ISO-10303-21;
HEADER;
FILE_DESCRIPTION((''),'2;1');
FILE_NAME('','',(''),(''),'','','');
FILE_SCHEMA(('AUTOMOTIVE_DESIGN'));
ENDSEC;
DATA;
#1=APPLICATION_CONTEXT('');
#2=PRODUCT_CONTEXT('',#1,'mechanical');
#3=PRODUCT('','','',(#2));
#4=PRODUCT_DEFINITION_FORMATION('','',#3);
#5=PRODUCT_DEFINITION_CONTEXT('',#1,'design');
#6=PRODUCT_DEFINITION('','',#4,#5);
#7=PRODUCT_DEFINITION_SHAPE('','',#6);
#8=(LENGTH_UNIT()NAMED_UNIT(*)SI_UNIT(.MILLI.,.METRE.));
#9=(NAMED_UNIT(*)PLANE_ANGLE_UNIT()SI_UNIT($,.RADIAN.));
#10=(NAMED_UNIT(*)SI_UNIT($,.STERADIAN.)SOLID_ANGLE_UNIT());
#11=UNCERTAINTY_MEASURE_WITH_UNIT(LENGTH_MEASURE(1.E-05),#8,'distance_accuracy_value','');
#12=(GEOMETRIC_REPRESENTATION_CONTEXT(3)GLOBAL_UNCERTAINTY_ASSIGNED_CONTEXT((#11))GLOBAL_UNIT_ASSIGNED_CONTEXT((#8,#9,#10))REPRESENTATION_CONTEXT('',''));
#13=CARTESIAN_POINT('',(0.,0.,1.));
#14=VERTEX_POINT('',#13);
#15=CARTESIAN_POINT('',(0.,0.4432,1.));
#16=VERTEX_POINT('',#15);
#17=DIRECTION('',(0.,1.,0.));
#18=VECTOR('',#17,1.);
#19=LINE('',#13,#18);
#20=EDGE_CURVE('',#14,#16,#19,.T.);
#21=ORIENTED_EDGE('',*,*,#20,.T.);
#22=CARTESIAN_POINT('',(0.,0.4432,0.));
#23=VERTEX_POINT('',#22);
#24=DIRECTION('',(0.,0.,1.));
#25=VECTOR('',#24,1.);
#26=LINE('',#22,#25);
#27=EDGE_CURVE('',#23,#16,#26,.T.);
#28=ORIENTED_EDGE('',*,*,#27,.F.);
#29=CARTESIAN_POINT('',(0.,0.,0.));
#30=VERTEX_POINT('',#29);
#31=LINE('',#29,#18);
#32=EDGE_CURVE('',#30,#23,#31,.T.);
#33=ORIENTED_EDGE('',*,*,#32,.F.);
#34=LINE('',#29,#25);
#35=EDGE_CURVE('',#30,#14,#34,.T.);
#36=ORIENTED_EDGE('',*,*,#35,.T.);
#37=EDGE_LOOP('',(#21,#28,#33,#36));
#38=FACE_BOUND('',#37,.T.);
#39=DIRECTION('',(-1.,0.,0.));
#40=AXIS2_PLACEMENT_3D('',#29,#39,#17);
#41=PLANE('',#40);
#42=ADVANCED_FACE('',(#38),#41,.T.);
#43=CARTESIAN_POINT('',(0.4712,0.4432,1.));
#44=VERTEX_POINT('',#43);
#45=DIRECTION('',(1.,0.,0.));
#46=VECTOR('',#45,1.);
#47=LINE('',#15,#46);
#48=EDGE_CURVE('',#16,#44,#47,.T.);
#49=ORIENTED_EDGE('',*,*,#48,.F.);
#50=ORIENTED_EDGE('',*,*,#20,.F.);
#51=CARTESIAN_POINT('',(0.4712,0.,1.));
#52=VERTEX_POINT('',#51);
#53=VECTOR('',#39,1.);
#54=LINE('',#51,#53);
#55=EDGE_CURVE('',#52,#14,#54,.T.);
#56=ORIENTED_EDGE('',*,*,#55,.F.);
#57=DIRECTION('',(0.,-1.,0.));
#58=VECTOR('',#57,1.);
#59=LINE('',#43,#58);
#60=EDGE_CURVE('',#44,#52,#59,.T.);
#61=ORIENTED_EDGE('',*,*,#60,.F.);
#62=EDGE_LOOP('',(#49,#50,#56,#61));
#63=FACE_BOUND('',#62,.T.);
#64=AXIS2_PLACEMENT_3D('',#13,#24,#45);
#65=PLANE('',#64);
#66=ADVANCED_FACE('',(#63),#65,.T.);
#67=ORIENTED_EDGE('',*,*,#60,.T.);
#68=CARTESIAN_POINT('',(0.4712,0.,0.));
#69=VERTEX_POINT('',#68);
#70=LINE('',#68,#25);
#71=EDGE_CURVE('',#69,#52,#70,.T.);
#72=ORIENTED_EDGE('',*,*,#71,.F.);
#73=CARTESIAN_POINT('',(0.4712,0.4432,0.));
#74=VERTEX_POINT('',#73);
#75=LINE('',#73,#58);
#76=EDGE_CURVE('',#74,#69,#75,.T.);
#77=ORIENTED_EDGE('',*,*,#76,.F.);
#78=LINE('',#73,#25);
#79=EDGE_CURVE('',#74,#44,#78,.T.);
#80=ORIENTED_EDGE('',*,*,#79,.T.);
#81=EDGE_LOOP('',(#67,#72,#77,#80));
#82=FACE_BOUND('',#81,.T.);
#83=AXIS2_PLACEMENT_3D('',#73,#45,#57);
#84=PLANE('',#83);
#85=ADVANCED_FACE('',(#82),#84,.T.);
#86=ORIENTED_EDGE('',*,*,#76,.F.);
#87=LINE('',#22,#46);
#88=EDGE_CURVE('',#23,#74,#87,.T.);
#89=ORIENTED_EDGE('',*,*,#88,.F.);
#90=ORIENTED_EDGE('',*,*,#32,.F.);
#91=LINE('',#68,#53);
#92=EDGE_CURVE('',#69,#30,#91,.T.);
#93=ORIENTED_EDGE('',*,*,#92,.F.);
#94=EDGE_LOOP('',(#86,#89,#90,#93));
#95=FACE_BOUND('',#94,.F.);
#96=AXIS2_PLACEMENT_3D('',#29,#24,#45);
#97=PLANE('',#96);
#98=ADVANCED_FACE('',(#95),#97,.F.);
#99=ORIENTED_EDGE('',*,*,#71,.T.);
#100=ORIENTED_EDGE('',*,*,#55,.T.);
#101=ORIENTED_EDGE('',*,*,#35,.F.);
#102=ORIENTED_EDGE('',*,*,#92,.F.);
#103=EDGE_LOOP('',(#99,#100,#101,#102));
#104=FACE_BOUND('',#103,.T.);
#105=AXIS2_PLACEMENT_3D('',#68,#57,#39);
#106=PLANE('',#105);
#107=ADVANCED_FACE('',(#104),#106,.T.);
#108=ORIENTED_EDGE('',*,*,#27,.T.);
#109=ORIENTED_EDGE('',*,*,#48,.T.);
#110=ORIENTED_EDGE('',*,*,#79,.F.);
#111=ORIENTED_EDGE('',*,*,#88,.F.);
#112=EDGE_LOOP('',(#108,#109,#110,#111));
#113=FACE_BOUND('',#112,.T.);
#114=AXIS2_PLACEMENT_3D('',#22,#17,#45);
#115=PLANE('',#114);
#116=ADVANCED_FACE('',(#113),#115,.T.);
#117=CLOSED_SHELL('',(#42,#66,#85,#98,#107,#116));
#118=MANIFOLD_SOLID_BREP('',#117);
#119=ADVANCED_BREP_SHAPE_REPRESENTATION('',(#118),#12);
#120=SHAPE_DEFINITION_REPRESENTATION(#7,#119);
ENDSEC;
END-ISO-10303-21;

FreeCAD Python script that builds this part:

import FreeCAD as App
import Part
import Sketcher
from FreeCAD import Vector
Q = App.Units.Quantity


def add_polygon(sketch, points):
    """Adds a closed chain of lines whose ends are joined by coincident constraints."""
    first, n = sketch.GeometryCount, len(points)
    for a, b in zip(points, points[1:] + points[:1]):
        sketch.addGeometry(Part.LineSegment(App.Vector(*a, 0), App.Vector(*b, 0)), False)
    for i in range(n):
        sketch.addConstraint(Sketcher.Constraint("Coincident", first + i, 2, first + (i + 1) % n, 1))

doc = App.newDocument("Part")
body = doc.addObject("PartDesign::Body", "Body")

# Sketch on XY plane
sketch1 = doc.addObject("Sketcher::SketchObject", "Sketch")
body.addObject(sketch1)
sketch1.AttachmentSupport = (doc.XY_Plane, [""])
sketch1.MapMode = "FlatFace"
add_polygon(sketch1, [(0.4712, 0.4432), (0, 0.4432), (0, 0), (0.4712, 0)])  # lines 0-3
sketch1.addConstraint(Sketcher.Constraint("Horizontal", 0))
sketch1.addConstraint(Sketcher.Constraint("Vertical", 1))
sketch1.addConstraint(Sketcher.Constraint("Horizontal", 2))
sketch1.addConstraint(Sketcher.Constraint("Vertical", 3))
sketch1.addConstraint(Sketcher.Constraint("Coincident", 1, 2, -1, 1))
sketch1.addConstraint(Sketcher.Constraint("DistanceX", 0, 2, 0, 1, Q("0.4712 mm")))
sketch1.addConstraint(Sketcher.Constraint("DistanceY", 1, 2, 1, 1, Q("0.4432 mm")))
pad1 = doc.addObject("PartDesign::Pad", "Pad")
body.addObject(pad1)
pad1.Profile = sketch1
pad1.Length = 1

doc.recompute()
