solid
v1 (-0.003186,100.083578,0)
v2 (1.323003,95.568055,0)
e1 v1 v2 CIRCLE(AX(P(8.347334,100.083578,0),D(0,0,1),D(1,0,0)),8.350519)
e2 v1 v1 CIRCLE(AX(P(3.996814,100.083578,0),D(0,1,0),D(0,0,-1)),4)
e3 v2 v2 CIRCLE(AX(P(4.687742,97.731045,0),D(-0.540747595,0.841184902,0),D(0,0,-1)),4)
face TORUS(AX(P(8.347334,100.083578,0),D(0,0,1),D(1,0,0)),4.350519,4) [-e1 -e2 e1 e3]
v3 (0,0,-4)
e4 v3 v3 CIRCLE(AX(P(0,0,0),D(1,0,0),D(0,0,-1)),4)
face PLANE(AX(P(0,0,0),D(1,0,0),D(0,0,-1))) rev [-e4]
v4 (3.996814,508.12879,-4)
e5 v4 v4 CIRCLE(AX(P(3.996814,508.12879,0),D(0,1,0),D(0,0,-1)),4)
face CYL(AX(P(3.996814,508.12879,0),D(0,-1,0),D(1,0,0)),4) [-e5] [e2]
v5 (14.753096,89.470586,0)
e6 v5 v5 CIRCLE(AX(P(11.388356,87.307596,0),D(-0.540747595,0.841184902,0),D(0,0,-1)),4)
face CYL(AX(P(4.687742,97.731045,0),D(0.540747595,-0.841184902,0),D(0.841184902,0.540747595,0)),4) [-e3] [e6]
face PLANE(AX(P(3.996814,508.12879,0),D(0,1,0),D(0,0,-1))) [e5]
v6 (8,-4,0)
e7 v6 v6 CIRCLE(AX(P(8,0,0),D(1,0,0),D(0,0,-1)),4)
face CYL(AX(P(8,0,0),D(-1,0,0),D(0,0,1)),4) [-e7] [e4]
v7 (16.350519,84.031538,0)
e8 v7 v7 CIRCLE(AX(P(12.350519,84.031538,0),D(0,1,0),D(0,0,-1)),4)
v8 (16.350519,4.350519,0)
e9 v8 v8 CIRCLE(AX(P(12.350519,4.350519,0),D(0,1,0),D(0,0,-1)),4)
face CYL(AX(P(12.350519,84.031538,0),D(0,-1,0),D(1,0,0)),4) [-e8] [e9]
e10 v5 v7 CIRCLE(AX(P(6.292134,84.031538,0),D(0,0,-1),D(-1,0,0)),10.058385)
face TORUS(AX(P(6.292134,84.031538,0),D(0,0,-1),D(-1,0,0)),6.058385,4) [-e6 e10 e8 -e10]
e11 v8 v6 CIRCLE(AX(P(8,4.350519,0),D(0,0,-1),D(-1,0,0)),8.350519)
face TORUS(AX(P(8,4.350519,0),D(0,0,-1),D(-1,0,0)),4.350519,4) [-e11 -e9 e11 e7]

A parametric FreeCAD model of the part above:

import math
import FreeCAD as App
import Part
import Sketcher

V = App.Vector
Q = App.Units.Quantity

doc = App.newDocument("Part")
body = doc.addObject("PartDesign::Body", "Body")

# Sketch on YZ plane
sketch1 = body.newObject("Sketcher::SketchObject", "Sketch")
sketch1.AttachmentSupport = (doc.getObject("YZ_Plane"), [""])
sketch1.MapMode = "FlatFace"
sketch1.addGeometry(Part.Circle(V(0, 0, 0), V(0, 0, 1), 4), False)
sketch1.addConstraint(Sketcher.Constraint("Coincident", 0, 3, -1, 1))
sketch1.addConstraint(Sketcher.Constraint("Diameter", 0, Q("8 mm")))

# Sketch on XY plane
sketch2 = body.newObject("Sketcher::SketchObject", "Sketch001")
sketch2.AttachmentSupport = (doc.getObject("XY_Plane"), [""])
sketch2.MapMode = "FlatFace"
sketch2.addGeometry(Part.LineSegment(V(0, 0, 0), V(8, 0, 0)), False)
sketch2.addGeometry(Part.ArcOfCircle(Part.Circle(V(8, 4.350519, 0), V(0, 0, 1), 4.350519), math.radians(-90), math.radians(0)), False)
sketch2.addGeometry(Part.LineSegment(V(12.350519, 4.350519, 0), V(12.350519, 84.031538, 0)), False)
sketch2.addGeometry(Part.ArcOfCircle(Part.Circle(V(6.292134, 84.031538, 0), V(0, 0, 1), 6.058385), math.radians(0), math.radians(32.734545)), False)
sketch2.addGeometry(Part.LineSegment(V(11.388356, 87.307596, 0), V(4.687742, 97.731045, 0)), False)
sketch2.addGeometry(Part.ArcOfCircle(Part.Circle(V(8.347334, 100.083578, 0), V(0, 0, 1), 4.350519), math.radians(180), math.radians(212.734545)), False)
sketch2.addGeometry(Part.LineSegment(V(3.996814, 100.083578, 0), V(3.996814, 508.12879, 0)), False)
sketch2.addConstraint(Sketcher.Constraint("Tangent", 0, 2, 1, 1))
sketch2.addConstraint(Sketcher.Constraint("Tangent", 1, 2, 2, 1))
sketch2.addConstraint(Sketcher.Constraint("Tangent", 2, 2, 3, 1))
sketch2.addConstraint(Sketcher.Constraint("Tangent", 3, 2, 4, 1))
sketch2.addConstraint(Sketcher.Constraint("Tangent", 4, 2, 5, 2))
sketch2.addConstraint(Sketcher.Constraint("Tangent", 5, 1, 6, 1))
sketch2.addConstraint(Sketcher.Constraint("Horizontal", 0))
sketch2.addConstraint(Sketcher.Constraint("Vertical", 2))
sketch2.addConstraint(Sketcher.Constraint("Vertical", 6))
sketch2.addConstraint(Sketcher.Constraint("Coincident", 0, 1, -1, 1))
sketch2.addConstraint(Sketcher.Constraint("Equal", 1, 5))
sketch2.addConstraint(Sketcher.Constraint("DistanceX", 0, 1, 0, 2, Q("8 mm")))
sketch2.addConstraint(Sketcher.Constraint("Radius", 1, Q("4.350519 mm")))
sketch2.addConstraint(Sketcher.Constraint("Radius", 3, Q("6.058385 mm")))
sketch2.addConstraint(Sketcher.Constraint("DistanceY", 2, 1, 2, 2, Q("79.681019 mm")))
sketch2.addConstraint(Sketcher.Constraint("DistanceY", 6, 1, 6, 2, Q("408.045211 mm")))
sketch2.addConstraint(Sketcher.Constraint("DistanceX", 3, 3, 5, 3, Q("2.055199 mm")))
sketch2.addConstraint(Sketcher.Constraint("Distance", 4, Q("12.391389 mm")))
doc.recompute()

additivepipe = body.newObject("PartDesign::AdditivePipe", "AdditivePipe")
additivepipe.Profile = sketch1
additivepipe.Spine = (sketch2, ["Edge1", "Edge2", "Edge3", "Edge4", "Edge5", "Edge6", "Edge7"])

doc.recompute()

* * * *

_Task_. Quote the data above from the line containing "#118=MANIFOLD_SOLID_BREP('',#117);" to the line containing "FreeCAD Python script", inclusive, and stop.

_Response_.
#118=MANIFOLD_SOLID_BREP('',#117);
#119=ADVANCED_BREP_SHAPE_REPRESENTATION('',(#118),#12);
#120=SHAPE_DEFINITION_REPRESENTATION(#7,#119);
ENDSEC;
END-ISO-10303-21;

FreeCAD Python script that builds this part:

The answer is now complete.